### [Exercise requirements]
Retype each line below precisely.

[[ Records shown, beginning ]]

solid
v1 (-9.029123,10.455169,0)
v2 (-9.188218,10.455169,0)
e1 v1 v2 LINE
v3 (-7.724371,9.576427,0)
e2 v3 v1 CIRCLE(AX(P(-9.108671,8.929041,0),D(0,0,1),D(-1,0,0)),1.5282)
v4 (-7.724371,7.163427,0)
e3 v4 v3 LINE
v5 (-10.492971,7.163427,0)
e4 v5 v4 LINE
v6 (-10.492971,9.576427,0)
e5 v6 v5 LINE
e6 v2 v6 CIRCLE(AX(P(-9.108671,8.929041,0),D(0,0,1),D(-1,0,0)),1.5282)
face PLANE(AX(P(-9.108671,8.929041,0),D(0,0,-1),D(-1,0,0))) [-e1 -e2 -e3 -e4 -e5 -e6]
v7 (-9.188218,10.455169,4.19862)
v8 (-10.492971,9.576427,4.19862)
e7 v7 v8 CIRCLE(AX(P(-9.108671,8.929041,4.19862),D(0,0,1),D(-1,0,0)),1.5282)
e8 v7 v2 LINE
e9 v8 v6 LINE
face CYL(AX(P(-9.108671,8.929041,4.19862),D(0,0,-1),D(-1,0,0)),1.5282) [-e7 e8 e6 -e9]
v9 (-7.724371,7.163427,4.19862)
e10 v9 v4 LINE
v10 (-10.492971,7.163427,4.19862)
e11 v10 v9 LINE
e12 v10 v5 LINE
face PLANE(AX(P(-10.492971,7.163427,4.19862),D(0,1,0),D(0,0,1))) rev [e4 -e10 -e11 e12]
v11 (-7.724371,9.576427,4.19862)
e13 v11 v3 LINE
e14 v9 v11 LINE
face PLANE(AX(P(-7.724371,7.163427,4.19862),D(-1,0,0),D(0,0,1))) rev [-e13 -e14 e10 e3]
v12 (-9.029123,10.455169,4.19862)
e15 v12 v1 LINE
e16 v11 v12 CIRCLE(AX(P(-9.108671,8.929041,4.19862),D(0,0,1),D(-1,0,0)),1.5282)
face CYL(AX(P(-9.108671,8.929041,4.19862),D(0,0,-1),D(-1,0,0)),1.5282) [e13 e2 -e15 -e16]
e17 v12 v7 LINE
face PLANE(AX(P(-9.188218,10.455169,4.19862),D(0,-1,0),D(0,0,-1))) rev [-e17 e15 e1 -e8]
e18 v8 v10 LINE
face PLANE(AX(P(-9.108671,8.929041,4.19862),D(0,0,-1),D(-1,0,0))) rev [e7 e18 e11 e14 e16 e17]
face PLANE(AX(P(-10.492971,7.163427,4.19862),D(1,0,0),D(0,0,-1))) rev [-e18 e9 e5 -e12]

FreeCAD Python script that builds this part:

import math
import FreeCAD as App
import Part
import Sketcher
from FreeCAD import Vector
Q = App.Units.Quantity

doc = App.newDocument("Part")
params = doc.addObject("Spreadsheet::Sheet", "Params")
for row, (alias, value) in enumerate([
    ("sketch1_width", "0.109 in"),
    ("sketch1_height", "0.095 in"),
    ("pad1_length", "0.1653 in"),
], start=1):
    params.set(f"A{row}", alias)
    params.set(f"B{row}", "=" + value)
    params.setAlias(f"B{row}", alias)

body = doc.addObject("PartDesign::Body", "Body")

sketch1 = body.newObject("Sketcher::SketchObject", "Sketch")
sketch1.AttachmentSupport = (doc.getObject("XY_Plane"), [""])
sketch1.MapMode = "FlatFace"
sketch1.addGeometry(Part.LineSegment(Vector(-10.49, 7.16, 0), Vector(-7.72, 7.16, 0)), False)
sketch1.addGeometry(Part.LineSegment(Vector(-7.72, 7.16, 0), Vector(-7.72, 9.58, 0)), False)
sketch1.addGeometry(Part.ArcOfCircle(Part.Circle(Vector(-9.11, 8.93, 0), Vector(0, 0, 1), 1.53), math.radians(25), math.radians(87)), False)
sketch1.addGeometry(Part.LineSegment(Vector(-9.03, 10.46, 0), Vector(-9.19, 10.46, 0)), False)
sketch1.addGeometry(Part.ArcOfCircle(Part.Circle(Vector(-9.11, 8.93, 0), Vector(0, 0, 1), 1.53), math.radians(93), math.radians(155)), False)
sketch1.addGeometry(Part.LineSegment(Vector(-10.49, 9.58, 0), Vector(-10.49, 7.16, 0)), False)
sketch1.addConstraint(Sketcher.Constraint("Coincident", 0, 2, 1, 1))
sketch1.addConstraint(Sketcher.Constraint("Coincident", 1, 2, 2, 1))
sketch1.addConstraint(Sketcher.Constraint("Coincident", 2, 2, 3, 1))
sketch1.addConstraint(Sketcher.Constraint("Coincident", 3, 2, 4, 1))
sketch1.addConstraint(Sketcher.Constraint("Coincident", 4, 2, 5, 1))
sketch1.addConstraint(Sketcher.Constraint("Coincident", 5, 2, 0, 1))
sketch1.addConstraint(Sketcher.Constraint("Horizontal", 0))
sketch1.addConstraint(Sketcher.Constraint("Vertical", 1))
sketch1.addConstraint(Sketcher.Constraint("Horizontal", 3))
sketch1.addConstraint(Sketcher.Constraint("Vertical", 5))
sketch1.addConstraint(Sketcher.Constraint("Coincident", 4, 3, 2, 3))
sketch1.addConstraint(Sketcher.Constraint("Equal", 2, 4))
sketch1.addConstraint(Sketcher.Constraint("Horizontal", 1, 2, 4, 2))
sketch1.addConstraint(Sketcher.Constraint("DistanceX", 0, 1, 0, 2, Q("0.109 in")))
sketch1.addConstraint(Sketcher.Constraint("DistanceY", 1, 1, 1, 2, Q("0.095 in")))
sketch1.addConstraint(Sketcher.Constraint("Radius", 2, 1.5282))
sketch1.addConstraint(Sketcher.Constraint("DistanceX", 3, 2, 3, 1, 0.159095))
sketch1.addConstraint(Sketcher.Constraint("DistanceX", 2, 3, -1, 1, 9.108671))
sketch1.addConstraint(Sketcher.Constraint("DistanceY", -1, 1, 2, 3, 8.929041))
sketch1.setExpression("Constraints[13]", "Params.sketch1_width")
sketch1.setExpression("Constraints[14]", "Params.sketch1_height")
pad1 = body.newObject("PartDesign::Pad", "Pad")
pad1.Profile = sketch1
pad1.setExpression("Length", "Params.pad1_length")

doc.recompute()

[[ Records shown, end ]]

### [Result of this exercise]
solid
v1 (-9.029123,10.455169,0)
v2 (-9.188218,10.455169,0)
e1 v1 v2 LINE
v3 (-7.724371,9.576427,0)
e2 v3 v1 CIRCLE(AX(P(-9.108671,8.929041,0),D(0,0,1),D(-1,0,0)),1.5282)
v4 (-7.724371,7.163427,0)
e3 v4 v3 LINE
v5 (-10.492971,7.163427,0)
e4 v5 v4 LINE
v6 (-10.492971,9.576427,0)
e5 v6 v5 LINE
e6 v2 v6 CIRCLE(AX(P(-9.108671,8.929041,0),D(0,0,1),D(-1,0,0)),1.5282)
face PLANE(AX(P(-9.108671,8.929041,0),D(0,0,-1),D(-1,0,0))) [-e1 -e2 -e3 -e4 -e5 -e6]
v7 (-9.188218,10.455169,4.19862)
v8 (-10.492971,9.576427,4.19862)
e7 v7 v8 CIRCLE(AX(P(-9.108671,8.929041,4.19862),D(0,0,1),D(-1,0,0)),1.5282)
e8 v7 v2 LINE
e9 v8 v6 LINE
face CYL(AX(P(-9.108671,8.929041,4.19862),D(0,0,-1),D(-1,0,0)),1.5282) [-e7 e8 e6 -e9]
v9 (-7.724371,7.163427,4.19862)
e10 v9 v4 LINE
v10 (-10.492971,7.163427,4.19862)
e11 v10 v9 LINE
e12 v10 v5 LINE
face PLANE(AX(P(-10.492971,7.163427,4.19862),D(0,1,0),D(0,0,1))) rev [e4 -e10 -e11 e12]
v11 (-7.724371,9.576427,4.19862)
e13 v11 v3 LINE
e14 v9 v11 LINE
face PLANE(AX(P(-7.724371,7.163427,4.19862),D(-1,0,0),D(0,0,1))) rev [-e13 -e14 e10 e3]
v12 (-9.029123,10.455169,4.19862)
e15 v12 v1 LINE
e16 v11 v12 CIRCLE(AX(P(-9.108671,8.929041,4.19862),D(0,0,1),D(-1,0,0)),1.5282)
face CYL(AX(P(-9.108671,8.929041,4.19862),D(0,0,-1),D(-1,0,0)),1.5282) [e13 e2 -e15 -e16]
e17 v12 v7 LINE
face PLANE(AX(P(-9.188218,10.455169,4.19862),D(0,-1,0),D(0,0,-1))) rev [-e17 e15 e1 -e8]
e18 v8 v10 LINE
face PLANE(AX(P(-9.108671,8.929041,4.19862),D(0,0,-1),D(-1,0,0))) rev [e7 e18 e11 e14 e16 e17]
face PLANE(AX(P(-10.492971,7.163427,4.19862),D(1,0,0),D(0,0,-1))) rev [-e18 e9 e5 -e12]

FreeCAD Python script that builds this part:

import math
import FreeCAD as App
import Part
import Sketcher
from FreeCAD import Vector
Q = App.Units.Quantity

doc = App.newDocument("Part")
params = doc.addObject("Spreadsheet::Sheet", "Params")
for row, (alias, value) in enumerate([
    ("sketch1_width", "0.109 in"),
    ("sketch1_height", "0.095 in"),
    ("pad1_length", "0.1653 in"),
], start=1):
    params.set(f"A{row}", alias)
    params.set(f"B{row}", "=" + value)
    params.setAlias(f"B{row}", alias)

body = doc.addObject("PartDesign::Body", "Body")

sketch1 = body.newObject("Sketcher::SketchObject", "Sketch")
sketch1.AttachmentSupport = (doc.getObject("XY_Plane"), [""])
sketch1.MapMode = "FlatFace"
sketch1.addGeometry(Part.LineSegment(Vector(-10.49, 7.16, 0), Vector(-7.72, 7.16, 0)), False)
sketch1.addGeometry(Part.LineSegment(Vector(-7.72, 7.16, 0), Vector(-7.72, 9.58, 0)), False)
sketch1.addGeometry(Part.ArcOfCircle(Part.Circle(Vector(-9.11, 8.93, 0), Vector(0, 0, 1), 1.53), math.radians(25), math.radians(87)), False)
sketch1.addGeometry(Part.LineSegment(Vector(-9.03, 10.46, 0), Vector(-9.19, 10.46, 0)), False)
sketch1.addGeometry(Part.ArcOfCircle(Part.Circle(Vector(-9.11, 8.93, 0), Vector(0, 0, 1), 1.53), math.radians(93), math.radians(155)), False)
sketch1.addGeometry(Part.LineSegment(Vector(-10.49, 9.58, 0), Vector(-10.49, 7.16, 0)), False)
sketch1.addConstraint(Sketcher.Constraint("Coincident", 0, 2, 1, 1))
sketch1.addConstraint(Sketcher.Constraint("Coincident", 1, 2, 2, 1))
sketch1.addConstraint(Sketcher.Constraint("Coincident", 2, 2, 3, 1))
sketch1.addConstraint(Sketcher.Constraint("Coincident", 3, 2, 4, 1))
sketch1.addConstraint(Sketcher.Constraint("Coincident", 4, 2, 5, 1))
sketch1.addConstraint(Sketcher.Constraint("Coincident", 5, 2, 0, 1))
sketch1.addConstraint(Sketcher.Constraint("Horizontal", 0))
sketch1.addConstraint(Sketcher.Constraint("Vertical", 1))
sketch1.addConstraint(Sketcher.Constraint("Horizontal", 3))
sketch1.addConstraint(Sketcher.Constraint("Vertical", 5))
sketch1.addConstraint(Sketcher.Constraint("Coincident", 4, 3, 2, 3))
sketch1.addConstraint(Sketcher.Constraint("Equal", 2, 4))
sketch1.addConstraint(Sketcher.Constraint("Horizontal", 1, 2, 4, 2))
sketch1.addConstraint(Sketcher.Constraint("DistanceX", 0, 1, 0, 2, Q("0.109 in")))
sketch1.addConstraint(Sketcher.Constraint("DistanceY", 1, 1, 1, 2, Q("0.095 in")))
sketch1.addConstraint(Sketcher.Constraint("Radius", 2, 1.5282))
sketch1.addConstraint(Sketcher.Constraint("DistanceX", 3, 2, 3, 1, 0.159095))
sketch1.addConstraint(Sketcher.Constraint("DistanceX", 2, 3, -1, 1, 9.108671))
sketch1.addConstraint(Sketcher.Constraint("DistanceY", -1, 1, 2, 3, 8.929041))
sketch1.setExpression("Constraints[13]", "Params.sketch1_width")
sketch1.setExpression("Constraints[14]", "Params.sketch1_height")
pad1 = body.newObject("PartDesign::Pad", "Pad")
pad1.Profile = sketch1
pad1.setExpression("Length", "Params.pad1_length")

doc.recompute()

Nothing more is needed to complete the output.